Collected data:
*-*-*
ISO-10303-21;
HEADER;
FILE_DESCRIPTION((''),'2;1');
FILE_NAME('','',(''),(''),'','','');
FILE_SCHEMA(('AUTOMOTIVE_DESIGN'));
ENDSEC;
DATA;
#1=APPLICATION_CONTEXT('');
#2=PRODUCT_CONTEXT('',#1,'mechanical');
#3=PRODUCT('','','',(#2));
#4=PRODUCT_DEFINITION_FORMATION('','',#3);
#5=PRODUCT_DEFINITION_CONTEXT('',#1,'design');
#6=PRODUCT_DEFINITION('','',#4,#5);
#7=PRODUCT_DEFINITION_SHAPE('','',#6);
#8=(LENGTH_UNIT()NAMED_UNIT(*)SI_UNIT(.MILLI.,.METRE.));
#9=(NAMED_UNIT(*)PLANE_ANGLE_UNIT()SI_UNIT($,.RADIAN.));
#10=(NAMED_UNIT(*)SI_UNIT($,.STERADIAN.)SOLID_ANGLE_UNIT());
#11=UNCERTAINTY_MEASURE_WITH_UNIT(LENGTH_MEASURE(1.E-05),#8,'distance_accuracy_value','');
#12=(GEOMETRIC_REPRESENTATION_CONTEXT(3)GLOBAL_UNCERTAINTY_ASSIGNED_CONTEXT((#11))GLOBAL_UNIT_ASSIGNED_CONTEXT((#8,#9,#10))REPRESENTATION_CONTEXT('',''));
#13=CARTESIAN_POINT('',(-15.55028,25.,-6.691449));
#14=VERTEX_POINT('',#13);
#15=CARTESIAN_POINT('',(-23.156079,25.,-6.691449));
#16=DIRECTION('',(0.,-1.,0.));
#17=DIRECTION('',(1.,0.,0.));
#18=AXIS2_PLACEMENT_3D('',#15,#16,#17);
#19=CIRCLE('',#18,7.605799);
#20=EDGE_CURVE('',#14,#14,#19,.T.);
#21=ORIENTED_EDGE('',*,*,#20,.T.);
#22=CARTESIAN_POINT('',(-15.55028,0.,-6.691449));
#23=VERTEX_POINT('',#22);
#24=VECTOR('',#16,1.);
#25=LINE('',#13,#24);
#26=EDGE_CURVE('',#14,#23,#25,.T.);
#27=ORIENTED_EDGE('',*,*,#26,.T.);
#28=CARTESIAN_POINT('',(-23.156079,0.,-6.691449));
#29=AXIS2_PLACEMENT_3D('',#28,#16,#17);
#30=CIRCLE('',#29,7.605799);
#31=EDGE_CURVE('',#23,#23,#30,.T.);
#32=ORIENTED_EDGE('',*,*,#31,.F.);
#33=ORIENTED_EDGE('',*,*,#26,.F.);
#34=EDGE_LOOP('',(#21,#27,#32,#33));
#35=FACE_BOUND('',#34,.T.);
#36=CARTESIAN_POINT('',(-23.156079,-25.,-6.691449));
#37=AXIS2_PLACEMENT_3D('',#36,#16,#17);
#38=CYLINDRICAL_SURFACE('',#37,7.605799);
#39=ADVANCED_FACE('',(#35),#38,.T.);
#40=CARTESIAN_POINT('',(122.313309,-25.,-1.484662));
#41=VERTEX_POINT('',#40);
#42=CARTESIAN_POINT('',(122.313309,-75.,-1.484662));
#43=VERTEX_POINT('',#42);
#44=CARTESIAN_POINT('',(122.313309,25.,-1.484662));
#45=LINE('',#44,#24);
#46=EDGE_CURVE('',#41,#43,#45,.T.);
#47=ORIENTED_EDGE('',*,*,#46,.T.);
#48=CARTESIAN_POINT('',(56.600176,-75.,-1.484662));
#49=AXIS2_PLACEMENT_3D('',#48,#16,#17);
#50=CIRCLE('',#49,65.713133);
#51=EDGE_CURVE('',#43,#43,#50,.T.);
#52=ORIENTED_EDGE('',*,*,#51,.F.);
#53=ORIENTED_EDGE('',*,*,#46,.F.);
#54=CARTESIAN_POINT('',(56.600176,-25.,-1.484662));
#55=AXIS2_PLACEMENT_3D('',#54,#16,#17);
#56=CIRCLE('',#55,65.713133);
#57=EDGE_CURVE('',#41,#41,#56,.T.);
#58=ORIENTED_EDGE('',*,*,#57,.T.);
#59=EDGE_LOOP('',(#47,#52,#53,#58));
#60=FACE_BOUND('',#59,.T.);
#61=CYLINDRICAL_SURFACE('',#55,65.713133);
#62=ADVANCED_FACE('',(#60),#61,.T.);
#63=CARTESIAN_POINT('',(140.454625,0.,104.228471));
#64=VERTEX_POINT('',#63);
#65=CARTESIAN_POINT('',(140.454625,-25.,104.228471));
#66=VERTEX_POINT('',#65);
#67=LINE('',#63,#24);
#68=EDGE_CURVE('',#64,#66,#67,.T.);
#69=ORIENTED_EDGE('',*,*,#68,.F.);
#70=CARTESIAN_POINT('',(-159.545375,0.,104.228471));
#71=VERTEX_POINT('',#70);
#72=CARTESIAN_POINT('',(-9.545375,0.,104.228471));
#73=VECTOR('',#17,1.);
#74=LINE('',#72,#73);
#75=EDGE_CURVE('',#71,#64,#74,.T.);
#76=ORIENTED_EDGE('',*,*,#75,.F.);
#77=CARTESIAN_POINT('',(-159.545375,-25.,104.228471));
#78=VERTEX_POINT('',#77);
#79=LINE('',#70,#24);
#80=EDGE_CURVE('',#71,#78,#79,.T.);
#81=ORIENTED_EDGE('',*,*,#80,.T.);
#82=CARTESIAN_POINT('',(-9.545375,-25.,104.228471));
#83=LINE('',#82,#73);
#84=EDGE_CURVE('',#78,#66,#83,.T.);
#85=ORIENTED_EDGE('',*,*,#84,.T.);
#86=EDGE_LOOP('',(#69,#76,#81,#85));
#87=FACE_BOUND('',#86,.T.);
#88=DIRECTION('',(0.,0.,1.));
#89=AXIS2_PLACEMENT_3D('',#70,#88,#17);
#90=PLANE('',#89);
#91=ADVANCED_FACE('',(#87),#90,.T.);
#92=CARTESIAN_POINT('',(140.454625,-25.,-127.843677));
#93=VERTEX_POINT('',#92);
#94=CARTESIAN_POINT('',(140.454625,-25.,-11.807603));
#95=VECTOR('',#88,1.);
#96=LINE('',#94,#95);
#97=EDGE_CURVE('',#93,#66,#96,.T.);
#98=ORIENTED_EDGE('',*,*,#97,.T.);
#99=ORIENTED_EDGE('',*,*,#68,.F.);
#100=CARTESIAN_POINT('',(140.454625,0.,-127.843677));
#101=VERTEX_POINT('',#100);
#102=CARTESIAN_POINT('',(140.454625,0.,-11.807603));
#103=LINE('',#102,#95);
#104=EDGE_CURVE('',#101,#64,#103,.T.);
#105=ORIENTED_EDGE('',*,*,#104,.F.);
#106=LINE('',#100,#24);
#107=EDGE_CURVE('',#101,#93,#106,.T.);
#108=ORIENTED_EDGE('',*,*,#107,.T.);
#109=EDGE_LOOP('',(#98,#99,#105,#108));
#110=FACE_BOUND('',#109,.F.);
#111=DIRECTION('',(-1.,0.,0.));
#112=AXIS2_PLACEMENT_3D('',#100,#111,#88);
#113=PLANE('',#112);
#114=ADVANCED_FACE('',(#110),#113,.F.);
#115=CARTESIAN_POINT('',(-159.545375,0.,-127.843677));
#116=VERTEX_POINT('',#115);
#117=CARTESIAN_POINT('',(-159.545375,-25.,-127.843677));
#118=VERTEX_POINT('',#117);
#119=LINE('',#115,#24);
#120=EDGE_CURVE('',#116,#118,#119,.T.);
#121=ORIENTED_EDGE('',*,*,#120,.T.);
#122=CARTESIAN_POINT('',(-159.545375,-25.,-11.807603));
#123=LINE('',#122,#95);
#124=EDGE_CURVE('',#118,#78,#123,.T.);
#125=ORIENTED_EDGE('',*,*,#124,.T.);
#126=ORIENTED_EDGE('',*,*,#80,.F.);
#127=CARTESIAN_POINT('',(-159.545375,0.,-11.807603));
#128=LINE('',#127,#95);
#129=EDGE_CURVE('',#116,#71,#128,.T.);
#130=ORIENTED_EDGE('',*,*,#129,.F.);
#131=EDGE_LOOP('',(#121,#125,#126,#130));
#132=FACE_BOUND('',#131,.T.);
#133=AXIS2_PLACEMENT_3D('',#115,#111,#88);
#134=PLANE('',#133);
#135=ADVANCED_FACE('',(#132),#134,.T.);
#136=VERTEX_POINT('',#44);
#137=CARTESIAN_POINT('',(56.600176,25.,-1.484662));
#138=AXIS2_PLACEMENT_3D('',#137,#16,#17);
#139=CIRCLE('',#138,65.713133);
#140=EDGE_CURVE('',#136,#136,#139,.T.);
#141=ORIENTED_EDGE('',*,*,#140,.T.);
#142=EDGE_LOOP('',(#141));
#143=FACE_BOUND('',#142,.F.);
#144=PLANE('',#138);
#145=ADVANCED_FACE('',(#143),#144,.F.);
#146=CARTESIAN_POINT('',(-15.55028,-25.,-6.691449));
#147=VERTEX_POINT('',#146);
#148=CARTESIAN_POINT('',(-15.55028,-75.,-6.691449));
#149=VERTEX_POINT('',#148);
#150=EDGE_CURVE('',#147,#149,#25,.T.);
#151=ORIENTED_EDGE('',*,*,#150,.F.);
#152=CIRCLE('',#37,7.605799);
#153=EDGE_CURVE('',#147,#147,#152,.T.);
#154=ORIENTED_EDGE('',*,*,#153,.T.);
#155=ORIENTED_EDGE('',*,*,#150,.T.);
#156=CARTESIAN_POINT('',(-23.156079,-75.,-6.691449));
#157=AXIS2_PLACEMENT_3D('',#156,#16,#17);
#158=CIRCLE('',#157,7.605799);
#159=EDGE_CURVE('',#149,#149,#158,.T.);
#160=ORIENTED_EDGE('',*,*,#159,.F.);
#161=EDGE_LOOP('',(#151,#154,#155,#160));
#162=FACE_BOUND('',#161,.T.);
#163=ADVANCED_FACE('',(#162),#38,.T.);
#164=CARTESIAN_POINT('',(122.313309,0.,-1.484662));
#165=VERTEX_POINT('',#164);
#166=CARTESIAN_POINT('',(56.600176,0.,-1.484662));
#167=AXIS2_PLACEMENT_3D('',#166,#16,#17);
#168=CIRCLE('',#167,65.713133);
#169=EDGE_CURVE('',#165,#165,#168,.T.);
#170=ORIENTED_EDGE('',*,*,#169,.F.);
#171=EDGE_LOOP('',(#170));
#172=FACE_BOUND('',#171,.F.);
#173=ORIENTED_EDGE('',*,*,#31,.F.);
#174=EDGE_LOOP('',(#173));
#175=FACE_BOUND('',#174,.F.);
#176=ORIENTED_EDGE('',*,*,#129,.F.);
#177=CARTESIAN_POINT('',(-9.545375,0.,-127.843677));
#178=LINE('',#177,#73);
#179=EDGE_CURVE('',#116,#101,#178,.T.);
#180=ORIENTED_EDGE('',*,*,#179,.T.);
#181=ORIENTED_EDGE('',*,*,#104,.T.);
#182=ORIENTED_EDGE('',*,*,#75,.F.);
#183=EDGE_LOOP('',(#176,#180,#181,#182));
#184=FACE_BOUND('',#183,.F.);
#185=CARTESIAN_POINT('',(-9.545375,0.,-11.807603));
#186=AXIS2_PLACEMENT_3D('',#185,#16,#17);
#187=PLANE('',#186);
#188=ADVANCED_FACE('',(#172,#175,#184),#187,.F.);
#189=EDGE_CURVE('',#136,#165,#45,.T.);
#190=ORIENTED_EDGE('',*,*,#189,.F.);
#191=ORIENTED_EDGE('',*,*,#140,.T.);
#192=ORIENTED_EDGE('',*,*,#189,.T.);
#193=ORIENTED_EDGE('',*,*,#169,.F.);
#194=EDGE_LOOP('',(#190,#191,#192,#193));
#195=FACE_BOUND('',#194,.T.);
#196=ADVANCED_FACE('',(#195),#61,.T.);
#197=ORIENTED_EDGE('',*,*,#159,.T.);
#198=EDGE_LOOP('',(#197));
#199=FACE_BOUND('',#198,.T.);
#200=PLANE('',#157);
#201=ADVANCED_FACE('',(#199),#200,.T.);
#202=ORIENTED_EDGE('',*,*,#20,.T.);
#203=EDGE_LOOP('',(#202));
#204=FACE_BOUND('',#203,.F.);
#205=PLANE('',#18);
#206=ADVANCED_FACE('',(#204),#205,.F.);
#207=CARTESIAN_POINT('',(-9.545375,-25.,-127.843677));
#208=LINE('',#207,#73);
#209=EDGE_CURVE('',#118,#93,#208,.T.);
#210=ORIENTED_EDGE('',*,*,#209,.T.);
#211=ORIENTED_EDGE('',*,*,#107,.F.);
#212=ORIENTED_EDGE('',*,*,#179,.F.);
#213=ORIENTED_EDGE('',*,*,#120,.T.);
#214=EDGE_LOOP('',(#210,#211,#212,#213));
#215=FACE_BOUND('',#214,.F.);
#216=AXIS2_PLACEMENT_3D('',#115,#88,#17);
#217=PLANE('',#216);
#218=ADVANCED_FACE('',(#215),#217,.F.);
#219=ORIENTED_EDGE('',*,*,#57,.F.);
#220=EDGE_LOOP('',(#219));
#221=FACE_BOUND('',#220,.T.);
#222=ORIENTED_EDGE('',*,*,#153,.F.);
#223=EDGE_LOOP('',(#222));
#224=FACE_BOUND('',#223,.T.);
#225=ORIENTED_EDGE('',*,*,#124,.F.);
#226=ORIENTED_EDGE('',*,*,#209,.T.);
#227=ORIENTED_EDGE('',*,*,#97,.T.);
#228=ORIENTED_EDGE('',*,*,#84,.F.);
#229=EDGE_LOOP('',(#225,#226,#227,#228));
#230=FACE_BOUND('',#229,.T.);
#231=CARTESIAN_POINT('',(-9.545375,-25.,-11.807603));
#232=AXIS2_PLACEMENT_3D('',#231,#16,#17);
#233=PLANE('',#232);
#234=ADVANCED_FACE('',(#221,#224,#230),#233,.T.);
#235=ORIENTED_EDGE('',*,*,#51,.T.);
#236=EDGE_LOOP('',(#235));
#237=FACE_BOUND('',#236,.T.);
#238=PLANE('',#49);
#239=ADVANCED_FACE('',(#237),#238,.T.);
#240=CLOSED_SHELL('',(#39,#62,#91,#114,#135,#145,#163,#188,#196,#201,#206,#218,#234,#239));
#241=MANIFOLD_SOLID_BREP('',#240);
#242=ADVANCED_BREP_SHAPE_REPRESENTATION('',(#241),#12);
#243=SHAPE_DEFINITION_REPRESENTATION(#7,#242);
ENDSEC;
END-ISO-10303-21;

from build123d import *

# Parameters (mm, degrees)
F0_W     = 300
F0_H     = 232.072148
F1_DEPTH = 25
F2_R     = 7.605799
F3_DEPTH = 50
F4_R     = 65.713133
F5_DEPTH = 50


with BuildPart() as f1:
    # F0 (on Front) → F1 (new body)
    with BuildSketch(Plane.XZ):
        with Locations((-9.545375, -11.807603)):
            Rectangle(F0_W, F0_H)
    extrude(amount=F1_DEPTH)

    # F2 (on face) → F3 (join, symmetric)
    with BuildSketch(Plane.XZ.offset(25)):
        with Locations((-23.156079, -6.691449)):
            Circle(F2_R)
    extrude(amount=F3_DEPTH, both=True)

    # F4 (on face) → F5 (join, symmetric)
    with BuildSketch(Plane.XZ.offset(25)):
        with Locations((56.600176, -1.484662)):
            Circle(F4_R)
    extrude(amount=F5_DEPTH, both=True)


solid = f1.part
*-*-*
» WHAT YOU HAVE TO DO: Using the entries above, give again exactly the lines from the line holding "#195=FACE_BOUND('',#194,.T.);" through the line holding "END-ISO-10303-21;". Include both end lines and nothing else.

» RESULT FOR THIS EXERCISE:
#195=FACE_BOUND('',#194,.T.);
#196=ADVANCED_FACE('',(#195),#61,.T.);
#197=ORIENTED_EDGE('',*,*,#159,.T.);
#198=EDGE_LOOP('',(#197));
#199=FACE_BOUND('',#198,.T.);
#200=PLANE('',#157);
#201=ADVANCED_FACE('',(#199),#200,.T.);
#202=ORIENTED_EDGE('',*,*,#20,.T.);
#203=EDGE_LOOP('',(#202));
#204=FACE_BOUND('',#203,.F.);
#205=PLANE('',#18);
#206=ADVANCED_FACE('',(#204),#205,.F.);
#207=CARTESIAN_POINT('',(-9.545375,-25.,-127.843677));
#208=LINE('',#207,#73);
#209=EDGE_CURVE('',#118,#93,#208,.T.);
#210=ORIENTED_EDGE('',*,*,#209,.T.);
#211=ORIENTED_EDGE('',*,*,#107,.F.);
#212=ORIENTED_EDGE('',*,*,#179,.F.);
#213=ORIENTED_EDGE('',*,*,#120,.T.);
#214=EDGE_LOOP('',(#210,#211,#212,#213));
#215=FACE_BOUND('',#214,.F.);
#216=AXIS2_PLACEMENT_3D('',#115,#88,#17);
#217=PLANE('',#216);
#218=ADVANCED_FACE('',(#215),#217,.F.);
#219=ORIENTED_EDGE('',*,*,#57,.F.);
#220=EDGE_LOOP('',(#219));
#221=FACE_BOUND('',#220,.T.);
#222=ORIENTED_EDGE('',*,*,#153,.F.);
#223=EDGE_LOOP('',(#222));
#224=FACE_BOUND('',#223,.T.);
#225=ORIENTED_EDGE('',*,*,#124,.F.);
#226=ORIENTED_EDGE('',*,*,#209,.T.);
#227=ORIENTED_EDGE('',*,*,#97,.T.);
#228=ORIENTED_EDGE('',*,*,#84,.F.);
#229=EDGE_LOOP('',(#225,#226,#227,#228));
#230=FACE_BOUND('',#229,.T.);
#231=CARTESIAN_POINT('',(-9.545375,-25.,-11.807603));
#232=AXIS2_PLACEMENT_3D('',#231,#16,#17);
#233=PLANE('',#232);
#234=ADVANCED_FACE('',(#221,#224,#230),#233,.T.);
#235=ORIENTED_EDGE('',*,*,#51,.T.);
#236=EDGE_LOOP('',(#235));
#237=FACE_BOUND('',#236,.T.);
#238=PLANE('',#49);
#239=ADVANCED_FACE('',(#237),#238,.T.);
#240=CLOSED_SHELL('',(#39,#62,#91,#114,#135,#145,#163,#188,#196,#201,#206,#218,#234,#239));
#241=MANIFOLD_SOLID_BREP('',#240);
#242=ADVANCED_BREP_SHAPE_REPRESENTATION('',(#241),#12);
#243=SHAPE_DEFINITION_REPRESENTATION(#7,#242);
ENDSEC;
END-ISO-10303-21;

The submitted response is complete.